**Exercise objective**
Which lines of the entries below run from the one holding "Line((-0.5, 11), (-0.5, 0.288675135))" to the one holding "(-0.5000000000000001, -0.8660254037844387, 0)))", inclusive? Set down exactly those lines and no others.

**The records**
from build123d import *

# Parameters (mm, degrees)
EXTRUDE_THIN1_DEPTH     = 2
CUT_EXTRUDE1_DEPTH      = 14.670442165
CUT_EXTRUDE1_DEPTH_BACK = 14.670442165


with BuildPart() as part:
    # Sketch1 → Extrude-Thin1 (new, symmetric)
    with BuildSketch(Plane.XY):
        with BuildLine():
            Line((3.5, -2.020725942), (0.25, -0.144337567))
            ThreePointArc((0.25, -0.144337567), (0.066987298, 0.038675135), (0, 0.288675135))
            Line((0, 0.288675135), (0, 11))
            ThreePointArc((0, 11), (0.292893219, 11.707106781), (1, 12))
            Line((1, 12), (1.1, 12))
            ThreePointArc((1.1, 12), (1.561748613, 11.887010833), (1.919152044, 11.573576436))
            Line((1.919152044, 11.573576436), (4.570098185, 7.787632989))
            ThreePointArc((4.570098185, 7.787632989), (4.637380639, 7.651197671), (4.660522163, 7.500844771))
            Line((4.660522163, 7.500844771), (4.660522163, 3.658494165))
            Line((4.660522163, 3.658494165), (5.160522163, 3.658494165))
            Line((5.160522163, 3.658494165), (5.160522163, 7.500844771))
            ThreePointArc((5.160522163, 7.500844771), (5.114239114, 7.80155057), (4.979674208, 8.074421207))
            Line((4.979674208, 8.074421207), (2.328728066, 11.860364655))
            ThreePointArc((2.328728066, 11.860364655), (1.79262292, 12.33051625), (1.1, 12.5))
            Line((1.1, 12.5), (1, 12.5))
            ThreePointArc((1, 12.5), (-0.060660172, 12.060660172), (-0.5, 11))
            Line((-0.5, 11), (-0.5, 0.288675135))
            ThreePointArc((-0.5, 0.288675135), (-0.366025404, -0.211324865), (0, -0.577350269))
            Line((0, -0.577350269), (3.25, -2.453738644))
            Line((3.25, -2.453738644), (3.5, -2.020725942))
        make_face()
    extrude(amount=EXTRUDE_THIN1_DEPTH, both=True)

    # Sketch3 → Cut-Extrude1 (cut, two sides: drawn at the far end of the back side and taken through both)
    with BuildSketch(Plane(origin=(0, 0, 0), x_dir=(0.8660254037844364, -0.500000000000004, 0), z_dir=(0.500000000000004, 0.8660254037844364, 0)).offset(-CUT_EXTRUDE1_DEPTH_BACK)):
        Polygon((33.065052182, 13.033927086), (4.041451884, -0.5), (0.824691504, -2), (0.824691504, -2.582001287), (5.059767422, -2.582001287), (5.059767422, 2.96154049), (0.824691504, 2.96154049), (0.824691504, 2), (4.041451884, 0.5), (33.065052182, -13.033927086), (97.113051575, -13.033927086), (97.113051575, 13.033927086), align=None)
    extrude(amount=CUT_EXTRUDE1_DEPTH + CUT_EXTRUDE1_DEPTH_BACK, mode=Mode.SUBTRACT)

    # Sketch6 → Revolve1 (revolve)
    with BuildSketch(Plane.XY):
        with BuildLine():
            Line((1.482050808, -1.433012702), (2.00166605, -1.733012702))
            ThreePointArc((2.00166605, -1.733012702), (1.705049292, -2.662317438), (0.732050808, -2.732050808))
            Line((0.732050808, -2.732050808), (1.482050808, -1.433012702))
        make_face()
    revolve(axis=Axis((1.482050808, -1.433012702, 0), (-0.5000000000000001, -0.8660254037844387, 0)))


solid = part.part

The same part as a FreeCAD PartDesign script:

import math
import FreeCAD as App
import Part
import Sketcher
from FreeCAD import Vector
Q = App.Units.Quantity


def add_polygon(sketch, points):
    """Adds a closed chain of lines whose ends are joined by coincident constraints."""
    first, n = sketch.GeometryCount, len(points)
    for a, b in zip(points, points[1:] + points[:1]):
        sketch.addGeometry(Part.LineSegment(App.Vector(*a, 0), App.Vector(*b, 0)), False)
    for i in range(n):
        sketch.addConstraint(Sketcher.Constraint("Coincident", first + i, 2, first + (i + 1) % n, 1))

doc = App.newDocument("Part")
params = doc.addObject("Spreadsheet::Sheet", "Params")
for row, (alias, value) in enumerate([
    ("sketch1_radius", "1 mm"),
    ("sketch1_radius2", "0.5 mm"),
    ("sketch1_width", "0.1 mm"),
    ("pad1_length", "4 mm"),
    ("sketch3_radius", "0.87 mm"),
    ("sketch3_length", "0.6 mm"),
    ("sketch3_length2", "1.5 mm"),
    ("revolution_angle", "360 deg"),
], start=1):
    params.set(f"A{row}", alias)
    params.set(f"B{row}", "=" + value)
    params.setAlias(f"B{row}", alias)

body = doc.addObject("PartDesign::Body", "Body")

sketch1 = body.newObject("Sketcher::SketchObject", "Sketch")
sketch1.AttachmentSupport = (doc.getObject("XY_Plane"), [""])
sketch1.MapMode = "FlatFace"
sketch1.addGeometry(Part.LineSegment(Vector(3.5, -2.02, 0), Vector(0.25, -0.14, 0)), False)
sketch1.addGeometry(Part.ArcOfCircle(Part.Circle(Vector(0.5, 0.29, 0), Vector(0, 0, 1), 0.5), math.radians(180), math.radians(240)), False)
sketch1.addGeometry(Part.LineSegment(Vector(0, 0.29, 0), Vector(0, 11, 0)), False)
sketch1.addGeometry(Part.ArcOfCircle(Part.Circle(Vector(1, 11, 0), Vector(0, 0, 1), 1), math.radians(90), math.radians(180)), False)
sketch1.addGeometry(Part.LineSegment(Vector(1, 12, 0), Vector(1.1, 12, 0)), False)
sketch1.addGeometry(Part.ArcOfCircle(Part.Circle(Vector(1.1, 11, 0), Vector(0, 0, 1), 1), math.radians(35), math.radians(90)), False)
sketch1.addGeometry(Part.LineSegment(Vector(1.92, 11.57, 0), Vector(4.57, 7.79, 0)), False)
sketch1.addGeometry(Part.ArcOfCircle(Part.Circle(Vector(4.16, 7.5, 0), Vector(0, 0, 1), 0.5), math.radians(0), math.radians(35)), False)
sketch1.addGeometry(Part.LineSegment(Vector(4.66, 7.5, 0), Vector(4.66, 3.66, 0)), False)
sketch1.addGeometry(Part.LineSegment(Vector(4.66, 3.66, 0), Vector(5.16, 3.66, 0)), False)
sketch1.addGeometry(Part.LineSegment(Vector(5.16, 3.66, 0), Vector(5.16, 7.5, 0)), False)
sketch1.addGeometry(Part.ArcOfCircle(Part.Circle(Vector(4.16, 7.5, 0), Vector(0, 0, 1), 1), math.radians(0), math.radians(35)), False)
sketch1.addGeometry(Part.LineSegment(Vector(4.98, 8.07, 0), Vector(2.33, 11.86, 0)), False)
sketch1.addGeometry(Part.ArcOfCircle(Part.Circle(Vector(1.1, 11, 0), Vector(0, 0, 1), 1.5), math.radians(35), math.radians(90)), False)
sketch1.addGeometry(Part.LineSegment(Vector(1.1, 12.5, 0), Vector(1, 12.5, 0)), False)
sketch1.addGeometry(Part.ArcOfCircle(Part.Circle(Vector(1, 11, 0), Vector(0, 0, 1), 1.5), math.radians(90), math.radians(180)), False)
sketch1.addGeometry(Part.LineSegment(Vector(-0.5, 11, 0), Vector(-0.5, 0.29, 0)), False)
sketch1.addGeometry(Part.ArcOfCircle(Part.Circle(Vector(0.5, 0.29, 0), Vector(0, 0, 1), 1), math.radians(180), math.radians(240)), False)
sketch1.addGeometry(Part.LineSegment(Vector(0, -0.58, 0), Vector(3.25, -2.45, 0)), False)
sketch1.addGeometry(Part.LineSegment(Vector(3.25, -2.45, 0), Vector(3.5, -2.02, 0)), False)
sketch1.addConstraint(Sketcher.Constraint("Tangent", 0, 2, 1, 2))
sketch1.addConstraint(Sketcher.Constraint("Tangent", 1, 1, 2, 1))
sketch1.addConstraint(Sketcher.Constraint("Tangent", 2, 2, 3, 2))
sketch1.addConstraint(Sketcher.Constraint("Tangent", 3, 1, 4, 1))
sketch1.addConstraint(Sketcher.Constraint("Tangent", 4, 2, 5, 2))
sketch1.addConstraint(Sketcher.Constraint("Tangent", 5, 1, 6, 1))
sketch1.addConstraint(Sketcher.Constraint("Tangent", 6, 2, 7, 2))
sketch1.addConstraint(Sketcher.Constraint("Tangent", 7, 1, 8, 1))
sketch1.addConstraint(Sketcher.Constraint("Coincident", 8, 2, 9, 1))
sketch1.addConstraint(Sketcher.Constraint("Coincident", 9, 2, 10, 1))
sketch1.addConstraint(Sketcher.Constraint("Tangent", 10, 2, 11, 1))
sketch1.addConstraint(Sketcher.Constraint("Tangent", 11, 2, 12, 1))
sketch1.addConstraint(Sketcher.Constraint("Tangent", 12, 2, 13, 1))
sketch1.addConstraint(Sketcher.Constraint("Tangent", 13, 2, 14, 1))
sketch1.addConstraint(Sketcher.Constraint("Tangent", 14, 2, 15, 1))
sketch1.addConstraint(Sketcher.Constraint("Tangent", 15, 2, 16, 1))
sketch1.addConstraint(Sketcher.Constraint("Tangent", 16, 2, 17, 1))
sketch1.addConstraint(Sketcher.Constraint("Tangent", 17, 2, 18, 1))
sketch1.addConstraint(Sketcher.Constraint("Coincident", 18, 2, 19, 1))
sketch1.addConstraint(Sketcher.Constraint("Coincident", 19, 2, 0, 1))
sketch1.addConstraint(Sketcher.Constraint("Vertical", 2))
sketch1.addConstraint(Sketcher.Constraint("Horizontal", 4))
sketch1.addConstraint(Sketcher.Constraint("Vertical", 8))
sketch1.addConstraint(Sketcher.Constraint("Horizontal", 9))
sketch1.addConstraint(Sketcher.Constraint("Vertical", 10))
sketch1.addConstraint(Sketcher.Constraint("Horizontal", 14))
sketch1.addConstraint(Sketcher.Constraint("Vertical", 16))
sketch1.addConstraint(Sketcher.Constraint("Coincident", 11, 3, 7, 3))
sketch1.addConstraint(Sketcher.Constraint("Coincident", 13, 3, 5, 3))
sketch1.addConstraint(Sketcher.Constraint("Coincident", 15, 3, 3, 3))
sketch1.addConstraint(Sketcher.Constraint("Coincident", 17, 3, 1, 3))
sketch1.addConstraint(Sketcher.Constraint("Equal", 3, 5))
sketch1.addConstraint(Sketcher.Constraint("Equal", 1, 7))
sketch1.addConstraint(Sketcher.Constraint("Equal", 5, 11))
sketch1.addConstraint(Sketcher.Constraint("Equal", 11, 17))
sketch1.addConstraint(Sketcher.Constraint("PointOnObject", 1, 1, -2))
sketch1.addConstraint(Sketcher.Constraint("PointOnObject", 17, 2, -2))
sketch1.addConstraint(Sketcher.Constraint("Parallel", 0, 18))
sketch1.addConstraint(Sketcher.Constraint("Perpendicular", 18, 19))
sketch1.addConstraint(Sketcher.Constraint("Radius", 3, 1.0))
sketch1.addConstraint(Sketcher.Constraint("Radius", 1, 0.5))
sketch1.addConstraint(Sketcher.Constraint("Angle", 6, Q("-55 deg")))
sketch1.addConstraint(Sketcher.Constraint("DistanceX", 4, 1, 4, 2, 0.1))
sketch1.addConstraint(Sketcher.Constraint("DistanceY", -1, 1, 3, 3, 11.0))
sketch1.addConstraint(Sketcher.Constraint("DistanceX", 0, 2, 18, 2, 3.0))
sketch1.addConstraint(Sketcher.Constraint("DistanceY", 8, 2, 8, 1, 3.842351))
sketch1.addConstraint(Sketcher.Constraint("DistanceX", -1, 1, 6, 2, 4.570098))
sketch1.addConstraint(Sketcher.Constraint("DistanceY", 2, 1, 2, 2, 10.711325))
sketch1.setExpression("Constraints[39]", "Params.sketch1_radius")
sketch1.setExpression("Constraints[40]", "Params.sketch1_radius2")
sketch1.setExpression("Constraints[42]", "Params.sketch1_width")
pad1 = body.newObject("PartDesign::Pad", "Pad")
pad1.Profile = sketch1
pad1.setExpression("Length", "Params.pad1_length")
pad1.Midplane = True

sketch2 = body.newObject("Sketcher::SketchObject", "Sketch001")
sketch2.Placement = App.Placement(Vector(0, 0, 0), App.Rotation(Vector(0.866025404, -0.5, 0), Vector(0, 0, -1), Vector(0.5, 0.866025404, 0), "ZXY"))
add_polygon(sketch2, [(33.1, 13), (4, -0.5), (0.8, -2), (0.8, -2.6), (5.1, -2.6), (5.1, 3), (0.8, 3), (0.8, 2), (4, 0.5), (33.1, -13), (97.1, -13), (97.1, 13)])
sketch2.addConstraint(Sketcher.Constraint("Vertical", 2))
sketch2.addConstraint(Sketcher.Constraint("Horizontal", 3))
sketch2.addConstraint(Sketcher.Constraint("Vertical", 4))
sketch2.addConstraint(Sketcher.Constraint("Horizontal", 5))
sketch2.addConstraint(Sketcher.Constraint("Vertical", 6))
sketch2.addConstraint(Sketcher.Constraint("Horizontal", 9))
sketch2.addConstraint(Sketcher.Constraint("Vertical", 10))
sketch2.addConstraint(Sketcher.Constraint("Horizontal", 11))
sketch2.addConstraint(Sketcher.Constraint("Symmetric", 1, 2, 6, 2, -1))
sketch2.addConstraint(Sketcher.Constraint("Symmetric", 0, 2, 7, 2, -1))
sketch2.addConstraint(Sketcher.Constraint("Symmetric", 8, 2, 11, 2, -1))
sketch2.addConstraint(Sketcher.Constraint("Parallel", 0, 1))
sketch2.addConstraint(Sketcher.Constraint("Angle", 0, Q("-155 deg")))
sketch2.addConstraint(Sketcher.Constraint("DistanceY", 1, 2, -1, 1, 2.0))
sketch2.addConstraint(Sketcher.Constraint("DistanceY", 0, 2, 7, 2, 1.0))
sketch2.addConstraint(Sketcher.Constraint("DistanceX", 9, 1, 9, 2, 64.047999))
sketch2.addConstraint(Sketcher.Constraint("DistanceY", 2, 2, 2, 1, 0.582001))
sketch2.addConstraint(Sketcher.Constraint("Distance", 0, 32.024))
sketch2.addConstraint(Sketcher.Constraint("DistanceY", 4, 1, 4, 2, 5.543542))
sketch2.addConstraint(Sketcher.Constraint("DistanceX", 3, 1, 3, 2, 4.235076))
sketch2.addConstraint(Sketcher.Constraint("DistanceX", -1, 1, 0, 2, 4.041452))
pocket1 = body.newObject("PartDesign::Pocket", "Pocket")
pocket1.Profile = sketch2
pocket1.Type = "ThroughAll"
pocket1.Midplane = True

sketch3 = body.newObject("Sketcher::SketchObject", "Sketch002")
sketch3.AttachmentSupport = (doc.getObject("XY_Plane"), [""])
sketch3.MapMode = "FlatFace"
sketch3.addGeometry(Part.LineSegment(Vector(2, -1.7, 0), Vector(1.5, -1.4, 0)), False)
sketch3.addGeometry(Part.LineSegment(Vector(1.5, -1.4, 0), Vector(0.7, -2.7, 0)), False)
sketch3.addGeometry(Part.ArcOfCircle(Part.Circle(Vector(1.2, -2, 0), Vector(0, 0, 1), 0.9), math.radians(-120), math.radians(16)), False)
sketch3.addGeometry(Part.LineSegment(Vector(1.5, -1.4, 0), Vector(0.7, -2.7, 0)), True)
sketch3.addConstraint(Sketcher.Constraint("Coincident", 0, 2, 1, 1))
sketch3.addConstraint(Sketcher.Constraint("Coincident", 1, 2, 2, 1))
sketch3.addConstraint(Sketcher.Constraint("Coincident", 2, 2, 0, 1))
sketch3.addConstraint(Sketcher.Constraint("Coincident", 3, 1, 0, 2))
sketch3.addConstraint(Sketcher.Constraint("Coincident", 3, 2, 1, 2))
sketch3.addConstraint(Sketcher.Constraint("Perpendicular", 0, 1))
sketch3.addConstraint(Sketcher.Constraint("Angle", 0, Q("150 deg")))
sketch3.addConstraint(Sketcher.Constraint("Radius", 2, 0.87))
sketch3.addConstraint(Sketcher.Constraint("Distance", 0, 0.6))
sketch3.addConstraint(Sketcher.Constraint("Distance", 1, 1.5))
sketch3.addConstraint(Sketcher.Constraint("DistanceX", -1, 1, 2, 3, 1.167051))
sketch3.addConstraint(Sketcher.Constraint("DistanceY", 2, 3, -1, 1, 1.978609))
sketch3.setExpression("Constraints[7]", "Params.sketch3_radius")
sketch3.setExpression("Constraints[8]", "Params.sketch3_length")
sketch3.setExpression("Constraints[9]", "Params.sketch3_length2")
revolution = body.newObject("PartDesign::Revolution", "Revolution")
revolution.Profile = sketch3
revolution.ReferenceAxis = (sketch3, ["Axis0"])
revolution.setExpression("Angle", "Params.revolution_angle")

doc.recompute()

**Response to the exercise**
            Line((-0.5, 11), (-0.5, 0.288675135))
            ThreePointArc((-0.5, 0.288675135), (-0.366025404, -0.211324865), (0, -0.577350269))
            Line((0, -0.577350269), (3.25, -2.453738644))
            Line((3.25, -2.453738644), (3.5, -2.020725942))
        make_face()
    extrude(amount=EXTRUDE_THIN1_DEPTH, both=True)

    # Sketch3 → Cut-Extrude1 (cut, two sides: drawn at the far end of the back side and taken through both)
    with BuildSketch(Plane(origin=(0, 0, 0), x_dir=(0.8660254037844364, -0.500000000000004, 0), z_dir=(0.500000000000004, 0.8660254037844364, 0)).offset(-CUT_EXTRUDE1_DEPTH_BACK)):
        Polygon((33.065052182, 13.033927086), (4.041451884, -0.5), (0.824691504, -2), (0.824691504, -2.582001287), (5.059767422, -2.582001287), (5.059767422, 2.96154049), (0.824691504, 2.96154049), (0.824691504, 2), (4.041451884, 0.5), (33.065052182, -13.033927086), (97.113051575, -13.033927086), (97.113051575, 13.033927086), align=None)
    extrude(amount=CUT_EXTRUDE1_DEPTH + CUT_EXTRUDE1_DEPTH_BACK, mode=Mode.SUBTRACT)

    # Sketch6 → Revolve1 (revolve)
    with BuildSketch(Plane.XY):
        with BuildLine():
            Line((1.482050808, -1.433012702), (2.00166605, -1.733012702))
            ThreePointArc((2.00166605, -1.733012702), (1.705049292, -2.662317438), (0.732050808, -2.732050808))
            Line((0.732050808, -2.732050808), (1.482050808, -1.433012702))
        make_face()
    revolve(axis=Axis((1.482050808, -1.433012702, 0), (-0.5000000000000001, -0.8660254037844387, 0)))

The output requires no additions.